/exBERT

Primary LanguagePythonApache License 2.0Apache-2.0

exBERT

The details of the model is in paper.

Pre-train an exBERT model (only the extension part)

In command line:

python Pretraining.py -e 1 
  -b 256 
  -sp path_to_storage
  -dv 0 1 2 3 -lr 1e-04 
  -str exBERT    
  -config path_to_config_file_of_the_OFF_THE_SHELF_MODEL ./config_and_vocab/exBERT/bert_config_ex_s3.json  
  -vocab ./config_and_vocab/exBERT/exBERT_vocab.txt 
  -pm_p path_to_state_dict_of_the_OFF_THE_SHELF_MODEL
  -dp path_to_your_training_data
  -ls 128 
  -p 1

You can replace the path_to_config_file_of_the_OFF_THE_SHELF_MODEL and path_to_state_dict_of_the_OFF_THE_SHELF_MODEL to any weel pre-trained model in BERT archietecture. ./config_and_vocab/exBERT/bert_config_ex_s3.json defines the size of extension module.
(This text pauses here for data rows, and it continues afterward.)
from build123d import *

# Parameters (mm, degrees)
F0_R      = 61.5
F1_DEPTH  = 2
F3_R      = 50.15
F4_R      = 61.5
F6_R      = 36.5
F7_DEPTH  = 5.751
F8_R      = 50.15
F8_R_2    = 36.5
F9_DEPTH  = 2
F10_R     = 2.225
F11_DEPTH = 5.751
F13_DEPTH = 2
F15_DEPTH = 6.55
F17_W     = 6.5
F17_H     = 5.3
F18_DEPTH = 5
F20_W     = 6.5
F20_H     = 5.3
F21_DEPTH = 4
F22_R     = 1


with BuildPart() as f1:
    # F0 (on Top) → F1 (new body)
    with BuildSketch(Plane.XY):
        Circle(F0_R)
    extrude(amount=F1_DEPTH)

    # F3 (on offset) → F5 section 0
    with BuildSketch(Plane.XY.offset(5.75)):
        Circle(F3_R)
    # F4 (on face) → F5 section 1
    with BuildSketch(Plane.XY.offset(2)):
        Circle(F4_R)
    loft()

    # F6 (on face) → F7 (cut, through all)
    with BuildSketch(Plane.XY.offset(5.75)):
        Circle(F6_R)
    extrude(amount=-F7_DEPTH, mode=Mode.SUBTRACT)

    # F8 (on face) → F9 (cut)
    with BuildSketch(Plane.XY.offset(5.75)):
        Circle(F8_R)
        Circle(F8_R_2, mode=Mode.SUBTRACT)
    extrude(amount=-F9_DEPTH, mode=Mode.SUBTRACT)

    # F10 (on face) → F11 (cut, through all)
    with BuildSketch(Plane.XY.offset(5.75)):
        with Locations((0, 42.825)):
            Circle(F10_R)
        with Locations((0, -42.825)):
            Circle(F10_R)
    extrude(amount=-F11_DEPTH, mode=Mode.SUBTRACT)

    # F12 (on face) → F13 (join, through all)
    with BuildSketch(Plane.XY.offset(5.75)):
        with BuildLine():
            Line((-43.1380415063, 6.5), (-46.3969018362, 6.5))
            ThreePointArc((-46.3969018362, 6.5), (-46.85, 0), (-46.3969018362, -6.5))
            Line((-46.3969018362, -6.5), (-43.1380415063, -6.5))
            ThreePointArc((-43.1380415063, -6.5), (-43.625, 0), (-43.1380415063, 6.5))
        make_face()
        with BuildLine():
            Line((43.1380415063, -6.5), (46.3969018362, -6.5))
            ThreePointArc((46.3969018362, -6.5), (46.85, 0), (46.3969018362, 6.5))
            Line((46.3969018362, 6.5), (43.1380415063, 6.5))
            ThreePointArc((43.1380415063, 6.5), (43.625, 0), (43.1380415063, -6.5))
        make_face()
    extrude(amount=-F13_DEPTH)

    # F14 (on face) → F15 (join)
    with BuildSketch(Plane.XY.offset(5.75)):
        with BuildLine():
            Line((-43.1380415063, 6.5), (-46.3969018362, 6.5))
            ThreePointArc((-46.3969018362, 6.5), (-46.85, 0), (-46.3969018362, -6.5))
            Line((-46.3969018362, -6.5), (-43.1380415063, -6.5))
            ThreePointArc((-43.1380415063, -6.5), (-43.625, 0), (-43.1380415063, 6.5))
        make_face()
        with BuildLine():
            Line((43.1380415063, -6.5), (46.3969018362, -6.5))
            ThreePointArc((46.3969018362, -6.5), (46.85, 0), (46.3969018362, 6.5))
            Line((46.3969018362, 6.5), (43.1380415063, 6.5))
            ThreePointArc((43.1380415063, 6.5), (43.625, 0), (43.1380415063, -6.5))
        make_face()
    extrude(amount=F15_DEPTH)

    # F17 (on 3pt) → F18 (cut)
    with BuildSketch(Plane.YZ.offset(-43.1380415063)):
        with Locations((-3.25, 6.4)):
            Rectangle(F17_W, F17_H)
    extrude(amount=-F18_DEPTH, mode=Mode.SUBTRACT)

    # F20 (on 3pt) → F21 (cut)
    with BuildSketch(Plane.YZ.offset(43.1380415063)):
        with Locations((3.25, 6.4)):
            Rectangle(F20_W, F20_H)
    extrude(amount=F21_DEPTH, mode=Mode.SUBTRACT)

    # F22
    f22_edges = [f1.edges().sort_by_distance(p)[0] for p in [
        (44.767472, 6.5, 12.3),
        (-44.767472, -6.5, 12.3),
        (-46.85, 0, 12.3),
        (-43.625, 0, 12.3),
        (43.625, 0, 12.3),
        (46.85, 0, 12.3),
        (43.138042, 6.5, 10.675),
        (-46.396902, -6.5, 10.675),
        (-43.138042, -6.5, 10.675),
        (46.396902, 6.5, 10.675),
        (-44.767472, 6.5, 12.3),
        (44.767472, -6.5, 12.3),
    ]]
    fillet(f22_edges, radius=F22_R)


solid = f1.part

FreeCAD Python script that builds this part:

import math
import FreeCAD as App
import Part
import Sketcher

V = App.Vector
Q = App.Units.Quantity


def edges_at(feature, points):
    """Names of the edges that pass closest to the given points."""
    edges = feature.Shape.Edges
    near = lambda p: min(range(len(edges)), key=lambda i: edges[i].distToShape(Part.Vertex(*p))[0])
    return sorted({f"Edge{near(p) + 1}" for p in points})

doc = App.newDocument("Part")
body = doc.addObject("PartDesign::Body", "Body")

# Sketch on XY plane
sketch1 = body.newObject("Sketcher::SketchObject", "Sketch")
sketch1.AttachmentSupport = (doc.getObject("XY_Plane"), [""])
sketch1.MapMode = "FlatFace"
sketch1.addGeometry(Part.Circle(V(0, 0, 0), V(0, 0, 1), 61.5), False)
sketch1.addConstraint(Sketcher.Constraint("Coincident", 0, 3, -1, 1))
sketch1.addConstraint(Sketcher.Constraint("Diameter", 0, Q("123 mm")))
pad1 = body.newObject("PartDesign::Pad", "Pad")
pad1.Profile = sketch1
pad1.Length = 2

# Sketch on XY plane
sketch2 = body.newObject("Sketcher::SketchObject", "Sketch001")
sketch2.AttachmentSupport = (doc.getObject("XY_Plane"), [""])
sketch2.MapMode = "FlatFace"
sketch2.AttachmentOffset = App.Placement(V(0, 0, 5.75), App.Rotation())
sketch2.addGeometry(Part.Circle(V(0, 0, 0), V(0, 0, 1), 50.15), False)
sketch2.addConstraint(Sketcher.Constraint("Coincident", 0, 3, -1, 1))
sketch2.addConstraint(Sketcher.Constraint("Diameter", 0, Q("100.3 mm")))

# Sketch on XY plane
sketch3 = body.newObject("Sketcher::SketchObject", "Sketch002")
sketch3.AttachmentSupport = (doc.getObject("XY_Plane"), [""])
sketch3.MapMode = "FlatFace"
sketch3.AttachmentOffset = App.Placement(V(0, 0, 2), App.Rotation())
sketch3.addGeometry(Part.Circle(V(0, 0, 0), V(0, 0, 1), 61.5), False)
sketch3.addConstraint(Sketcher.Constraint("Coincident", 0, 3, -1, 1))
sketch3.addConstraint(Sketcher.Constraint("Diameter", 0, Q("123 mm")))

additiveloft = body.newObject("PartDesign::AdditiveLoft", "AdditiveLoft")
additiveloft.Profile = sketch2
additiveloft.Sections = [sketch3]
Pre-train an exBERT model (whole model)

python Pretraining.py -e 1 
  -b 256 
  -sp path_to_storage
  -dv 0 1 2 3 -lr 1e-04 
  -str exBERT    
  -config path_to_config_file_of_the_OFF_THE_SHELF_MODEL ./config_and_vocab/exBERT/bert_config_ex_s3.json  
  -vocab ./config_and_vocab/exBERT/exBERT_vocab.txt 
  -pm_p path_to_state_dict_of_the_OFF_THE_SHELF_MODEL
  -dp path_to_your_training_data
  -ls 128 
  -p 1
  -t_ex_only ""

-t_ex_only "" enable training the whole model

Pre-train an exBERT with no extension of vocab

python Pretraining.py -e 1 
  -b 256 
  -sp path_to_storage
  -dv 0 1 2 3 -lr 1e-04 
  -str exBERT    
  -config path_to_config_file_of_the_OFF_THE_SHELF_MODEL config_and_vocab/exBERT_no_ex_vocab/bert_config_ex_s3.json
  -vocab path_to_vocab_file_of_the_OFF_THE_SHELF_MODEL
  -pm_p path_to_state_dict_of_the_OFF_THE_SHELF_MODEL
  -dp path_to_your_training_data
  -ls 128 
  -p 1
  -t_ex_only ""

Data preparation

Input data for pre-training script should be a .pkl file which contains two a list with two elements, e.g. [list1, list2]. list1 and list2 should contains the sentences like [CLS] sentence A [SEP] sentence B [SEP]. The only differnece between list1 and list2 is the relationship between sentence A and sentence B is IsNext or NotNext. Please check example_data.pkl

We also provide a simple script to generate the data from raw text file. python data_preprocess.py -voc path_to_vocab_file -ls 128 -dp path_to_txt_file -n_c 5 -rd 1 -sp ./your_data.pkl replace 128 to the max length limit you want try python data_preprocess.py -voc ./exBERT_vocab.txt -ls 128 -dp ./example_raw_text.txt -n_c 5 -rd 1 -sp ./example_data.pkl

Or you can do your own data preparation and organize the data with the format metioned above.